The problem:
Word for word, restate the lines of the data from the first through the one containing "f 280 279 282", and nothing else.

Source material:
┌──

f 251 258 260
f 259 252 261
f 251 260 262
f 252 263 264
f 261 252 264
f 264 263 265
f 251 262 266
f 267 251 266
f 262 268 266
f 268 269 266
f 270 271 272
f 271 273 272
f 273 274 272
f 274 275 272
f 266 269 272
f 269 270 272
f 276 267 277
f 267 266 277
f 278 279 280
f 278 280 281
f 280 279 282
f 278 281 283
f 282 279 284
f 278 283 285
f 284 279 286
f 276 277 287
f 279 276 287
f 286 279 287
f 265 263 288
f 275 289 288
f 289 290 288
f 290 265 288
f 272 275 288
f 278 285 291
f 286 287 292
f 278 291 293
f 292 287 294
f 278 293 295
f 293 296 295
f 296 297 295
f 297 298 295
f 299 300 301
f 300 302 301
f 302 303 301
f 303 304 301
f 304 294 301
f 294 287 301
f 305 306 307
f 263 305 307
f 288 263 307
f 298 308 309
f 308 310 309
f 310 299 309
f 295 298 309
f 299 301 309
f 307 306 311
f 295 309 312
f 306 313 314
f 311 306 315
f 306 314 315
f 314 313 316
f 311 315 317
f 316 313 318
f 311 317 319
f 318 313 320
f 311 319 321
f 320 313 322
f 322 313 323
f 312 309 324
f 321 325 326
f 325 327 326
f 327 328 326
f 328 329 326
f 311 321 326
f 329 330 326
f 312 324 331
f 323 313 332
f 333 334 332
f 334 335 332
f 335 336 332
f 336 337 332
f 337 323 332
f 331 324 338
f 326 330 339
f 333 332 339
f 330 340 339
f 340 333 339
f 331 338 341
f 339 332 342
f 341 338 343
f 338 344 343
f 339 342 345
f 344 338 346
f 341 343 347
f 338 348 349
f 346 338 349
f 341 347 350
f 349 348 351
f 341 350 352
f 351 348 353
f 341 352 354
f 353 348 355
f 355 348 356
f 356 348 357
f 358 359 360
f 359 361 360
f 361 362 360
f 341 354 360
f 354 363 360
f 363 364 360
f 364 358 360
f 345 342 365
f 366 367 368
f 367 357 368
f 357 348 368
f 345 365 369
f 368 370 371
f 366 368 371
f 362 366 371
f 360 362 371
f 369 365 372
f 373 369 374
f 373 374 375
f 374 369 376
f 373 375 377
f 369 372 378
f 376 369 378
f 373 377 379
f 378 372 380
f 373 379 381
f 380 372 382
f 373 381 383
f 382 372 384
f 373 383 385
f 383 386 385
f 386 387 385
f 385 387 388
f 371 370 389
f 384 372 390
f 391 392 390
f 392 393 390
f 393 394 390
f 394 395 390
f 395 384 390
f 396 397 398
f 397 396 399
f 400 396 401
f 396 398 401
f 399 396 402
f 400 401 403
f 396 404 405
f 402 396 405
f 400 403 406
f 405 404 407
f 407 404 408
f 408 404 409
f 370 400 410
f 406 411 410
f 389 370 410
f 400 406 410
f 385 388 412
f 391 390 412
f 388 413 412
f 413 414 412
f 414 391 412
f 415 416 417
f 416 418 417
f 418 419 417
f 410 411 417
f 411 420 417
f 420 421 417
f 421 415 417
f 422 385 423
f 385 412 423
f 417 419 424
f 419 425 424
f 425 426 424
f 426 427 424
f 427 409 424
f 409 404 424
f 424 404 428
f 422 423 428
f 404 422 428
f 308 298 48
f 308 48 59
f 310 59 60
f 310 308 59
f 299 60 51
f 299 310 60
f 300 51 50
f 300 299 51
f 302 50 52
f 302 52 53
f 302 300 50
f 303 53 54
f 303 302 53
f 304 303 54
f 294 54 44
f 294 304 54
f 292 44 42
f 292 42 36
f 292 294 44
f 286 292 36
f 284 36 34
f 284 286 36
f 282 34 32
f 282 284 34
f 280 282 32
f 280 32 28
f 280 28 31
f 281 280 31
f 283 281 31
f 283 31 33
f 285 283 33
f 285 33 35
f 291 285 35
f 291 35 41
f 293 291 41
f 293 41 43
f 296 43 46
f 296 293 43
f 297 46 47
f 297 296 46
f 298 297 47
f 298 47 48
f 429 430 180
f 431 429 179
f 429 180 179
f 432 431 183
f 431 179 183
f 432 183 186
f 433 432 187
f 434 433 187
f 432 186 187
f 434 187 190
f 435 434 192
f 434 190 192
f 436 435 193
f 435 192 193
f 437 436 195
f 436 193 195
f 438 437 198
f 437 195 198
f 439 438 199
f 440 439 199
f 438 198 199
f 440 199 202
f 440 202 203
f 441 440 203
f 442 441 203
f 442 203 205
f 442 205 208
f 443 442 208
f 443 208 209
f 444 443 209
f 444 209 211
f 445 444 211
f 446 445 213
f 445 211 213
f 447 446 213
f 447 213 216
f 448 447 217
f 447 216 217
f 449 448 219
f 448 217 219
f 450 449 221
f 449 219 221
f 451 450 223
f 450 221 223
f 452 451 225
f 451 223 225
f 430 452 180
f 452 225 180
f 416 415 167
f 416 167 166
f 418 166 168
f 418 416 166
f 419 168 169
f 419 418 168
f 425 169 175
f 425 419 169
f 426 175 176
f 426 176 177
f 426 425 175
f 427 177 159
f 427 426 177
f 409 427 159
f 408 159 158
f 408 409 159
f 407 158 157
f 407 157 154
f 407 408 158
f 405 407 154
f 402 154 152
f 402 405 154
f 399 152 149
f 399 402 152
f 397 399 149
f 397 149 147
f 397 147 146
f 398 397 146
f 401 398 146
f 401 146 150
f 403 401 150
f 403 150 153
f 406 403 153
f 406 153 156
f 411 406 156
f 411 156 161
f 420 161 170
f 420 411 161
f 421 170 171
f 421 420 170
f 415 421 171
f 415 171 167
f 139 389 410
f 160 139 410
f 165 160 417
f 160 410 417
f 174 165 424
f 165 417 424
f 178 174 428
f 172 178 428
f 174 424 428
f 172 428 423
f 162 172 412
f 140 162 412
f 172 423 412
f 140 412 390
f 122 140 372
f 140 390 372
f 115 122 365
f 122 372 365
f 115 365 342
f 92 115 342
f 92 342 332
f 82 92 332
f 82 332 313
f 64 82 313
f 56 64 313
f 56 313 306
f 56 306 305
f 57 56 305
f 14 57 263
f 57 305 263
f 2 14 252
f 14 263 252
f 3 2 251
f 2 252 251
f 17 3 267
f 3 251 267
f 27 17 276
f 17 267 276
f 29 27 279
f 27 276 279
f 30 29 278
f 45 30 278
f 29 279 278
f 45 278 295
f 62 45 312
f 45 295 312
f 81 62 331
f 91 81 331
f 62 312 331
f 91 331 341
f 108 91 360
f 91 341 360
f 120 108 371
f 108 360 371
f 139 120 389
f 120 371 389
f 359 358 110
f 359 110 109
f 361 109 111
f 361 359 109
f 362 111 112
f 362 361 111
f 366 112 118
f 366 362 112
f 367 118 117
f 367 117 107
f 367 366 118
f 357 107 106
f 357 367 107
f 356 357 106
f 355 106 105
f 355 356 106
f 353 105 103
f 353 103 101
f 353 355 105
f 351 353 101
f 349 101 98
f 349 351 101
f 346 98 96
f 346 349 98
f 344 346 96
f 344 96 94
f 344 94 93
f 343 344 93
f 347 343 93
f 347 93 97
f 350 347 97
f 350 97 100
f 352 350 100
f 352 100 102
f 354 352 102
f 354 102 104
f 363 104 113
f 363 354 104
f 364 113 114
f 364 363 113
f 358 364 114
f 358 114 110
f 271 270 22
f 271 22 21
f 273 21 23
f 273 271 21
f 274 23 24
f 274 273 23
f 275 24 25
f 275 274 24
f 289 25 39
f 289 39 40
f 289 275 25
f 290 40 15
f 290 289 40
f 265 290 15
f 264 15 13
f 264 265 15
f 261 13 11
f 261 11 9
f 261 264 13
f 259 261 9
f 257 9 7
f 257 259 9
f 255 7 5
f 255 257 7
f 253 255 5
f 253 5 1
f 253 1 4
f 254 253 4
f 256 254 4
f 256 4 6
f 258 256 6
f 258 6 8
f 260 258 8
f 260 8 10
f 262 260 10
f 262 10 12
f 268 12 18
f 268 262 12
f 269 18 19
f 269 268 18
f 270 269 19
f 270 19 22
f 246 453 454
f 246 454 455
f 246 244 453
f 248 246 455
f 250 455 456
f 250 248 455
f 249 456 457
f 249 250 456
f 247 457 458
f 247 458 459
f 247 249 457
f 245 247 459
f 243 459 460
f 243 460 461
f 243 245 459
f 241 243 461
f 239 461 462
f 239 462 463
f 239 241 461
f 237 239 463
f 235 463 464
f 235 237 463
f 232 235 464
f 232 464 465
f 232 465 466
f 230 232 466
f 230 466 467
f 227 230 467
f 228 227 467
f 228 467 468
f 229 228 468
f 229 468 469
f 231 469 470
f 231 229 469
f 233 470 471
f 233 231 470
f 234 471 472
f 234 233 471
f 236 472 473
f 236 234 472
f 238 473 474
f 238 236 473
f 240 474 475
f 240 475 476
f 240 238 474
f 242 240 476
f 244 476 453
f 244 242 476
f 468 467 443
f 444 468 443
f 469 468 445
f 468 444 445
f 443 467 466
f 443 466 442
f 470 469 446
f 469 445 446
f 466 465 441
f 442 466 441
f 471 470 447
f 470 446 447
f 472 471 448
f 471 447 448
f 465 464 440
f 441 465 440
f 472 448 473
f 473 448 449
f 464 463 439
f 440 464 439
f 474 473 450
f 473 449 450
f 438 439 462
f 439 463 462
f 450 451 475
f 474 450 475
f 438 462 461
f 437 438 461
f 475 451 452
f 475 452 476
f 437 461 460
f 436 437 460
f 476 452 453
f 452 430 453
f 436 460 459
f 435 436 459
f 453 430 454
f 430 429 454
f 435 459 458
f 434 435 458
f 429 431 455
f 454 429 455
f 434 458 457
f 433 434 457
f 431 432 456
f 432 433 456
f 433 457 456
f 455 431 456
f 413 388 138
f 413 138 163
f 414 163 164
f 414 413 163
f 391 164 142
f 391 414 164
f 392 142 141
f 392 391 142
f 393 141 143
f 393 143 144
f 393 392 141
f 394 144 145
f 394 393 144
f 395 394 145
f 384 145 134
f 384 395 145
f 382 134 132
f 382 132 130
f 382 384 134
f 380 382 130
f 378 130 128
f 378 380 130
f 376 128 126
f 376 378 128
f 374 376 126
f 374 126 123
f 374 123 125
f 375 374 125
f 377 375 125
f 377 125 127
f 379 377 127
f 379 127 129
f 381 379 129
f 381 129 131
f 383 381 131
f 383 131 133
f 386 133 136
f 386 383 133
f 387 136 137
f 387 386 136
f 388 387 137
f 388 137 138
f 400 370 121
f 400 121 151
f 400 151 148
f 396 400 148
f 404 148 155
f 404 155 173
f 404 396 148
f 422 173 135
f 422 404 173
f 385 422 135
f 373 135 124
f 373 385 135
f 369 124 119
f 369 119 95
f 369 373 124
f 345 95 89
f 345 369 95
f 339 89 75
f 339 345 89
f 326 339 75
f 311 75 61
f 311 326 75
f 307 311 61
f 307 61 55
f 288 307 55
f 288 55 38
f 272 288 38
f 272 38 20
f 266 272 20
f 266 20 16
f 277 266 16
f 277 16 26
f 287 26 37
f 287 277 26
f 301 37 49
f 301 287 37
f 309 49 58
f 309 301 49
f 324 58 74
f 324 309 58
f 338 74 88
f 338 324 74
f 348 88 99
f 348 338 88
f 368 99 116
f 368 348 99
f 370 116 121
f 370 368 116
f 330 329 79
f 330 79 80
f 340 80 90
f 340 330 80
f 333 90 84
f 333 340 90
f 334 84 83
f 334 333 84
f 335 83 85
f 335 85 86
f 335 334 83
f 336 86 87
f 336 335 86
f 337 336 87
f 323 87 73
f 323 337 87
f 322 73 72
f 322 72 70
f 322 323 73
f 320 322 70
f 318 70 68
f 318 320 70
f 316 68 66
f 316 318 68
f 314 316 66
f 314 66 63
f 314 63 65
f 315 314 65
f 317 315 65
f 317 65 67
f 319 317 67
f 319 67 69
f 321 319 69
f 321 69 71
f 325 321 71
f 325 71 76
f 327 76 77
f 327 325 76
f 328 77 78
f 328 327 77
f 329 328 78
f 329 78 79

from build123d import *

└──

Task response:
f 251 258 260
f 259 252 261
f 251 260 262
f 252 263 264
f 261 252 264
f 264 263 265
f 251 262 266
f 267 251 266
f 262 268 266
f 268 269 266
f 270 271 272
f 271 273 272
f 273 274 272
f 274 275 272
f 266 269 272
f 269 270 272
f 276 267 277
f 267 266 277
f 278 279 280
f 278 280 281
f 280 279 282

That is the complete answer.